The Agenda

On Medicare and the Distributional Impact of the U.S. Tax System

My colleagues at Economics 21 have written two posts that I enthusiastically recommend (no bias here, folks). The first summarizes a new study on Medicare cuts, and its findings are sobering:

A new study by Vivian Wu and Yu-Chu Shen examines the 1997 Balanced Budget Act (BBA), which cut payments to various health services. Their results suggest that every 1% reduction in Medicare payments resulted in a 0.4% increase in mortality rates in hospital over the long-run, due to reductions in staffing and higher operating costs.

The lessons of this study counter Administration rhetoric that spiraling Medicare costs can be blamed on overtreatment and easily be cut through centralized government control. Given the experience of the 1997 cuts, it is very unlikely that the IPAB, which relies exclusively on one-size-fits-all rate reduction, will produce solutions that do not sacrifice health care outcomes. While the Administration has emphasized delivery care reform; recent research suggests that even areas that have exemplary delivery systems – like Rochester, Minnesota, home to the Mayo Clinic – do not experience significantly lower health care inflation.

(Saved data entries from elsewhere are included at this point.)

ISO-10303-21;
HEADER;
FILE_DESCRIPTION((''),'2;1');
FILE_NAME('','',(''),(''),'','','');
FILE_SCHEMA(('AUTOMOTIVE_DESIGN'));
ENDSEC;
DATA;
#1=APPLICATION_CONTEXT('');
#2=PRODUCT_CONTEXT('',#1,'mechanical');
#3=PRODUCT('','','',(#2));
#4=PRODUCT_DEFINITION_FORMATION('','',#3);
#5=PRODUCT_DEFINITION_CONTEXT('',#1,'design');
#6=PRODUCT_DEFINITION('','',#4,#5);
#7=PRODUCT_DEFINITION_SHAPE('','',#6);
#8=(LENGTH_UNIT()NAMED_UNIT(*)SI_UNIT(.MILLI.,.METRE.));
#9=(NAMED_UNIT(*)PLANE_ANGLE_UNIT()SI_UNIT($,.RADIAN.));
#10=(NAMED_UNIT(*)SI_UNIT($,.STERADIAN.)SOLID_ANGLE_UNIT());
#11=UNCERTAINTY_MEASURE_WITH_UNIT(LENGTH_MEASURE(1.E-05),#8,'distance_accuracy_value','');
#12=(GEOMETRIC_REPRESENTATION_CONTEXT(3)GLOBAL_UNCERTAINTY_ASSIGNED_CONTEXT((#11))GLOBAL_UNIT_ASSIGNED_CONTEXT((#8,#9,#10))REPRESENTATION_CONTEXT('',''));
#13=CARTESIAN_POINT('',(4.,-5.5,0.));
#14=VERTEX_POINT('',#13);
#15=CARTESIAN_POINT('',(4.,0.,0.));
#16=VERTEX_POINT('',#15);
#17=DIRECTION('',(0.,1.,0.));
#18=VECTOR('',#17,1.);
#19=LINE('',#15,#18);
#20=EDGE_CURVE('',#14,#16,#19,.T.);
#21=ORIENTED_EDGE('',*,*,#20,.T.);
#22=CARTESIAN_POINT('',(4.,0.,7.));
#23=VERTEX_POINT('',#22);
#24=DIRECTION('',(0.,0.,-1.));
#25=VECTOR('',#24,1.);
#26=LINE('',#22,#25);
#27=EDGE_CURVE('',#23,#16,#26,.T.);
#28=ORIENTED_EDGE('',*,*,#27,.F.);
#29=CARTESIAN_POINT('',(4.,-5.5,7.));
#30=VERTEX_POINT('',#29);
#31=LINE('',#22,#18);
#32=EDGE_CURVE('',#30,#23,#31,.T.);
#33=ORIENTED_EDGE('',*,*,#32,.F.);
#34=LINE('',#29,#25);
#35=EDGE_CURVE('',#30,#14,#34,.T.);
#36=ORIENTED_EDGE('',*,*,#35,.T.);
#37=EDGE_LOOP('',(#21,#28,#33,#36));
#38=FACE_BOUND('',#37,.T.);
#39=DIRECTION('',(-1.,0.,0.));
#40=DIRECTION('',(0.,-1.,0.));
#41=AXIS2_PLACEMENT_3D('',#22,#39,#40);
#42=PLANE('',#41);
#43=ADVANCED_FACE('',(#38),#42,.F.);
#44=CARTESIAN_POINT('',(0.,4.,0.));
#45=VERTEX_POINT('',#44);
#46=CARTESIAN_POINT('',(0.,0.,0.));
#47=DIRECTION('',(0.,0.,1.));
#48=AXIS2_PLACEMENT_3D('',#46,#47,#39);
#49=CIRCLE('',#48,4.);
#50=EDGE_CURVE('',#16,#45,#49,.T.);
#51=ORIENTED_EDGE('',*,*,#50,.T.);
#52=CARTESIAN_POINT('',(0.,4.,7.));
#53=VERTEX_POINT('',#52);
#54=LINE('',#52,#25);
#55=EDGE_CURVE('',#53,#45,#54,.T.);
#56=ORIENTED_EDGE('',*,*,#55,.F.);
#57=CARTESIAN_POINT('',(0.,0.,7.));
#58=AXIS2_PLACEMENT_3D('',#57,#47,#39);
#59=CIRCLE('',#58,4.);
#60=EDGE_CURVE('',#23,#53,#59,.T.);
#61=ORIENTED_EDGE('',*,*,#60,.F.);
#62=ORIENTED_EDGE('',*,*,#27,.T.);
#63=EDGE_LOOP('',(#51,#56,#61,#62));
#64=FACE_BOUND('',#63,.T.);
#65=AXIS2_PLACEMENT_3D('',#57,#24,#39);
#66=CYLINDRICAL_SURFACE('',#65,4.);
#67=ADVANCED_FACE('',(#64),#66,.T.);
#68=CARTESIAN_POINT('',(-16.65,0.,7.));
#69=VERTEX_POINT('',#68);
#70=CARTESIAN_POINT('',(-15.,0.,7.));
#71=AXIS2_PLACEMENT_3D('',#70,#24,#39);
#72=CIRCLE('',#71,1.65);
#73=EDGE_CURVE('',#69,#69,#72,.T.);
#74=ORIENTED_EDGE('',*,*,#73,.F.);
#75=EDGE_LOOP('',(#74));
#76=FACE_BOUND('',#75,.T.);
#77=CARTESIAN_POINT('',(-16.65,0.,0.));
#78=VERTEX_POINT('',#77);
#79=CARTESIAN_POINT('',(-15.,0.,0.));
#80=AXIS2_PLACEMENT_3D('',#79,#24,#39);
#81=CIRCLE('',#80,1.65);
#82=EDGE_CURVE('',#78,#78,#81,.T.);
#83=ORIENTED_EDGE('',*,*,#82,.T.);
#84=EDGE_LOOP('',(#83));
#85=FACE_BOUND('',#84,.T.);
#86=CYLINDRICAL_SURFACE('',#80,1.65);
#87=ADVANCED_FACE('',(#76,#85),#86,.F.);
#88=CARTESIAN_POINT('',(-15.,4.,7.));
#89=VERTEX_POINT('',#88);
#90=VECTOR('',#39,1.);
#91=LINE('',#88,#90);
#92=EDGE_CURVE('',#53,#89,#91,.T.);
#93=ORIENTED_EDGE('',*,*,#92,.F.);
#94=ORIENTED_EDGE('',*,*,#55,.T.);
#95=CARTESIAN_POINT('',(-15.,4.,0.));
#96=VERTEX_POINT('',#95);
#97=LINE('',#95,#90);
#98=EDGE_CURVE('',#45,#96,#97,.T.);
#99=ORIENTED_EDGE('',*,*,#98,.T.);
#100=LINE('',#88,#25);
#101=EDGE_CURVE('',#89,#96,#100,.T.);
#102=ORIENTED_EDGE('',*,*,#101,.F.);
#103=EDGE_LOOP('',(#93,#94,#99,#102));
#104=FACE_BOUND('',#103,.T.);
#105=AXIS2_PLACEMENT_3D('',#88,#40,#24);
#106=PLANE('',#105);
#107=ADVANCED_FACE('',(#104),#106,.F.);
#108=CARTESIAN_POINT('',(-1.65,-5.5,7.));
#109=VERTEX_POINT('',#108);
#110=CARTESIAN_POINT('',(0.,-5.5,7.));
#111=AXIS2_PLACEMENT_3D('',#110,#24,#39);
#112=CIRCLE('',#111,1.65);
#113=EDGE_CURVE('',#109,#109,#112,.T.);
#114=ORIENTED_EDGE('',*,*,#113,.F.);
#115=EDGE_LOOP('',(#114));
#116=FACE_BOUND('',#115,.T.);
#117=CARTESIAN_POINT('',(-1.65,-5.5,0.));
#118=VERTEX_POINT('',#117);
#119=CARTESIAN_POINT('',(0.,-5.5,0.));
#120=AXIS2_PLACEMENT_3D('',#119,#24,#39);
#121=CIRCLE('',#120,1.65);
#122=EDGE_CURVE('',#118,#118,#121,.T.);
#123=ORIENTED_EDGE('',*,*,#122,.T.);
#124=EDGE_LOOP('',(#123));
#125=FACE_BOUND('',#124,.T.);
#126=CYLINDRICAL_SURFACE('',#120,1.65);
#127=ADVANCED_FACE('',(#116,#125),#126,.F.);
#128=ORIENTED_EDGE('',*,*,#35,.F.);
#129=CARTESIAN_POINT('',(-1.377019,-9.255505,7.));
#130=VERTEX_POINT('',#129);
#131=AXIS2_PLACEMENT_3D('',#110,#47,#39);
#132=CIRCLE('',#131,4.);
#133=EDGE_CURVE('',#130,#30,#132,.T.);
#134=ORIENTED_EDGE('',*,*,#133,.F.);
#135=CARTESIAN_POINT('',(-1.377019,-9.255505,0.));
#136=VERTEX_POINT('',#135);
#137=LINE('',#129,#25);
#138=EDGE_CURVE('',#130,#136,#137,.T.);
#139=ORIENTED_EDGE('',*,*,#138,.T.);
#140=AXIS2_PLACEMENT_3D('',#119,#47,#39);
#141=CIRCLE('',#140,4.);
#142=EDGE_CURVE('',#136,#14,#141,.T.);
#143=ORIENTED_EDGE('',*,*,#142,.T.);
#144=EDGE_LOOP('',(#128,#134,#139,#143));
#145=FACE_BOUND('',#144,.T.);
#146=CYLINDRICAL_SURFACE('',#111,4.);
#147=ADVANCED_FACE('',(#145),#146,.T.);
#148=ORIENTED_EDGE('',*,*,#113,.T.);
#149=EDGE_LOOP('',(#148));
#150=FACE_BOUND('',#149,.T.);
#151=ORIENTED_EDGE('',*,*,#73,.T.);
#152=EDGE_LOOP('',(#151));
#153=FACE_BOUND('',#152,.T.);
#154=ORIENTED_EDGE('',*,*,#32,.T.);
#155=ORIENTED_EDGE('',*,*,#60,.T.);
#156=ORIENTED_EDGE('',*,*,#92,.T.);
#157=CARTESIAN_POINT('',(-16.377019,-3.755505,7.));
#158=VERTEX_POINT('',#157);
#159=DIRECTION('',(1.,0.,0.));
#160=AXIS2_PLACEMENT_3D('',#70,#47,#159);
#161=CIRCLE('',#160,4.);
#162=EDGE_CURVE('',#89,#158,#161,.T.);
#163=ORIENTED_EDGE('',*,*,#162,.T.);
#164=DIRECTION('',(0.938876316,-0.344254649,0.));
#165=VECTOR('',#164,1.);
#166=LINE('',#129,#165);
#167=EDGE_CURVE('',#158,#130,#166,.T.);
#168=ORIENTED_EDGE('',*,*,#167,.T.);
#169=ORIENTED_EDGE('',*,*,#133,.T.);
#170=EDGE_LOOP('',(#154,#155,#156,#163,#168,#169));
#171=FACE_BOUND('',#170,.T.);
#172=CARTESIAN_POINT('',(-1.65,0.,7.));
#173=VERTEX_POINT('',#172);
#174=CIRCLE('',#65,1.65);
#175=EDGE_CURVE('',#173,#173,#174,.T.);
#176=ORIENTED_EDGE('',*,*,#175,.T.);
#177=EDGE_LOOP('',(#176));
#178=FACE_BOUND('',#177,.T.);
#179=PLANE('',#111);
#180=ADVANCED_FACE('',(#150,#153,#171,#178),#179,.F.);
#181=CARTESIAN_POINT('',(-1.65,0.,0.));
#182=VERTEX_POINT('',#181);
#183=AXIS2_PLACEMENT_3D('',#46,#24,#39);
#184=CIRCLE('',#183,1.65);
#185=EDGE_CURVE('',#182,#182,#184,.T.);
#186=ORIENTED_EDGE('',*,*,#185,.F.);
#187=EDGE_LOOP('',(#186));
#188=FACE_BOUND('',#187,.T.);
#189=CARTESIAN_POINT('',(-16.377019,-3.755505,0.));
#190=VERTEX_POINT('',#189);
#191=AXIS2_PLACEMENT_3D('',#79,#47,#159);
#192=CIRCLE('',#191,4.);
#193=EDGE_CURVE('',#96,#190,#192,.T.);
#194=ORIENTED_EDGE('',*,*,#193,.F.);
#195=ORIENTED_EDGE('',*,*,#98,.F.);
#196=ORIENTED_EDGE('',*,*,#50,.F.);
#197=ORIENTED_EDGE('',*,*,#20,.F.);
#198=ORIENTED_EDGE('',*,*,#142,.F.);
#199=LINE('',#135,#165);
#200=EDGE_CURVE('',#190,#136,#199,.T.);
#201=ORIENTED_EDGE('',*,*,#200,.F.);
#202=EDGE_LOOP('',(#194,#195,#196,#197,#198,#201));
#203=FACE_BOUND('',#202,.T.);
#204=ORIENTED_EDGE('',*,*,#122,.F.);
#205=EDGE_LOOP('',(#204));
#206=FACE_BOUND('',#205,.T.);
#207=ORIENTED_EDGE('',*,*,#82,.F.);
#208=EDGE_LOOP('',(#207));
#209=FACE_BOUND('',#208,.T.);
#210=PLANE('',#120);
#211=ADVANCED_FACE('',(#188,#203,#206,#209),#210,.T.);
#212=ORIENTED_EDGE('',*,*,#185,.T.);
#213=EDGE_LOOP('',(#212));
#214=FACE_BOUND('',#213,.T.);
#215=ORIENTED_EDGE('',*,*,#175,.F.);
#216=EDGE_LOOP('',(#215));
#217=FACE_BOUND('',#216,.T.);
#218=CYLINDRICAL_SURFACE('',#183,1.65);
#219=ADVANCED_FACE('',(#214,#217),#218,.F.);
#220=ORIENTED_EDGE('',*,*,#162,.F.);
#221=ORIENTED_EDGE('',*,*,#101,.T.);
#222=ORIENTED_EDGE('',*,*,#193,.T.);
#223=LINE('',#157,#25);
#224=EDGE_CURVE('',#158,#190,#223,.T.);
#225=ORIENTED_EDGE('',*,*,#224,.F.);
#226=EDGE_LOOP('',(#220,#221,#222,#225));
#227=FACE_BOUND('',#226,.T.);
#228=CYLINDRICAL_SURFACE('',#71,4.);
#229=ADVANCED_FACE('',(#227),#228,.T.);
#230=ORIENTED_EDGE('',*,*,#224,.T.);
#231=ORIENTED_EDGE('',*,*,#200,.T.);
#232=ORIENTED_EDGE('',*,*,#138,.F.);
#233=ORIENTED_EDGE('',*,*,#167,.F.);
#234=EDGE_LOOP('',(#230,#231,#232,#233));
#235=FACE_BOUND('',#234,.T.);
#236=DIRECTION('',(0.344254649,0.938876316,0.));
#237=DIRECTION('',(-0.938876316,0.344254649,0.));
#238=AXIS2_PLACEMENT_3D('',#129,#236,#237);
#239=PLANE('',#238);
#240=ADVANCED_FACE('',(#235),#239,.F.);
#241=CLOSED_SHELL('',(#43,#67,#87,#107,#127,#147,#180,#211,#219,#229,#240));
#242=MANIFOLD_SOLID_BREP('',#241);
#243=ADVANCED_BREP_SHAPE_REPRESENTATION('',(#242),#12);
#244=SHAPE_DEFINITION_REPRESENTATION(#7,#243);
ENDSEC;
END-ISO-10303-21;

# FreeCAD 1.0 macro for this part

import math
import FreeCAD as App
import Part
import Sketcher
from FreeCAD import Vector

doc = App.newDocument("Part")
params = doc.addObject("Spreadsheet::Sheet", "Params")
for row, (alias, value) in enumerate([
    ("sketch1_radius", "4 mm"),
    ("sketch1_width", "15 mm"),
    ("sketch1_height", "5.5 mm"),
    ("pad1_length", "7 mm"),
    ("sketch2_diameter", "3.3 mm"),
    ("hole_diameter", "3.3 mm"),
], start=1):
    params.set(f"A{row}", alias)
    params.set(f"B{row}", "=" + value)
    params.setAlias(f"B{row}", alias)

body = doc.addObject("PartDesign::Body", "Body")

# Sketch on XY plane
sketch1 = body.newObject("Sketcher::SketchObject", "Sketch")
sketch1.AttachmentSupport = (doc.getObject("XY_Plane"), [""])
sketch1.MapMode = "FlatFace"
sketch1.addGeometry([
    Part.LineSegment(Vector(0, 4, 0), Vector(-15, 4, 0)),  # 0
    Part.ArcOfCircle(Part.Circle(Vector(-15, 0, 0), Vector(0, 0, 1), 4), math.radians(90), math.radians(250)),  # 1
    Part.LineSegment(Vector(-16.4, -3.8, 0), Vector(-1.4, -9.3, 0)),  # 2
    Part.ArcOfCircle(Part.Circle(Vector(0, -5.5, 0), Vector(0, 0, 1), 4), math.radians(-110), math.radians(0)),  # 3
    Part.LineSegment(Vector(4, -5.5, 0), Vector(4, 0, 0)),  # 4
    Part.ArcOfCircle(Part.Circle(Vector(0, 0, 0), Vector(0, 0, 1), 4), math.radians(0), math.radians(90)),  # 5
], False)
sketch1.addConstraint([
    Sketcher.Constraint("Tangent", 0, 2, 1, 1),
    Sketcher.Constraint("Tangent", 1, 2, 2, 1),
    Sketcher.Constraint("Tangent", 2, 2, 3, 1),
    Sketcher.Constraint("Tangent", 3, 2, 4, 1),
    Sketcher.Constraint("Tangent", 4, 2, 5, 1),
    Sketcher.Constraint("Tangent", 5, 2, 0, 1),
    Sketcher.Constraint("Horizontal", 0),
    Sketcher.Constraint("Vertical", 4),
    Sketcher.Constraint("Coincident", 5, 3, -1, 1),
    Sketcher.Constraint("Equal", 1, 3),
    Sketcher.Constraint("Equal", 3, 5),
    Sketcher.Constraint("Radius", 1, 4.0),
    Sketcher.Constraint("DistanceX", 0, 2, 0, 1, 15.0),
    Sketcher.Constraint("DistanceY", 4, 1, 4, 2, 5.5),
])
sketch1.setExpression("Constraints[11]", "Params.sketch1_radius")
sketch1.setExpression("Constraints[12]", "Params.sketch1_width")
sketch1.setExpression("Constraints[13]", "Params.sketch1_height")
pad1 = body.newObject("PartDesign::Pad", "Pad")
pad1.Profile = sketch1
pad1.setExpression("Length", "Params.pad1_length")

Additionally, research by one of the authors of the study has found that every dollar of Medicare cuts through the BBA resulted a hike in private insurance costs of 21 cents, as hospitals cost-shifted their financing burden. Similar Medicare cuts in the future may result in comparable cost-shifting and higher private insurance costs, contrary to Administration claims that nothing will change for individuals with employer-provided care.

Without the ability to painlessly cut only “waste and abuse”; the federal government may be faced with just the unappealing choice of higher mortality rates for seniors or steadily rising deficits. Indeed, the original 1997 BBA cuts were themselves steadily rescinded through a series of yearly “doc fix” spending delays that were only continued as the PPACA was signed into law. [Emphasis added]

This is why many of us are invested in the idea of a defined contribution model designed to facilitate bottom-up health system reform driven by decentralized business-model innovation. I will say, however, that the question of cost-shifting has been hotly debated, and I don’t think that Wu and Shen will be the last word on the subject.

And then the Economics 21 team compared the Tax Foundation’s findings regarded the progressivity of the U.S. tax burden vs. that of the CBO. Definitely worth a look. 

Reihan Salam is president of the Manhattan Institute and a contributing editor of National Review.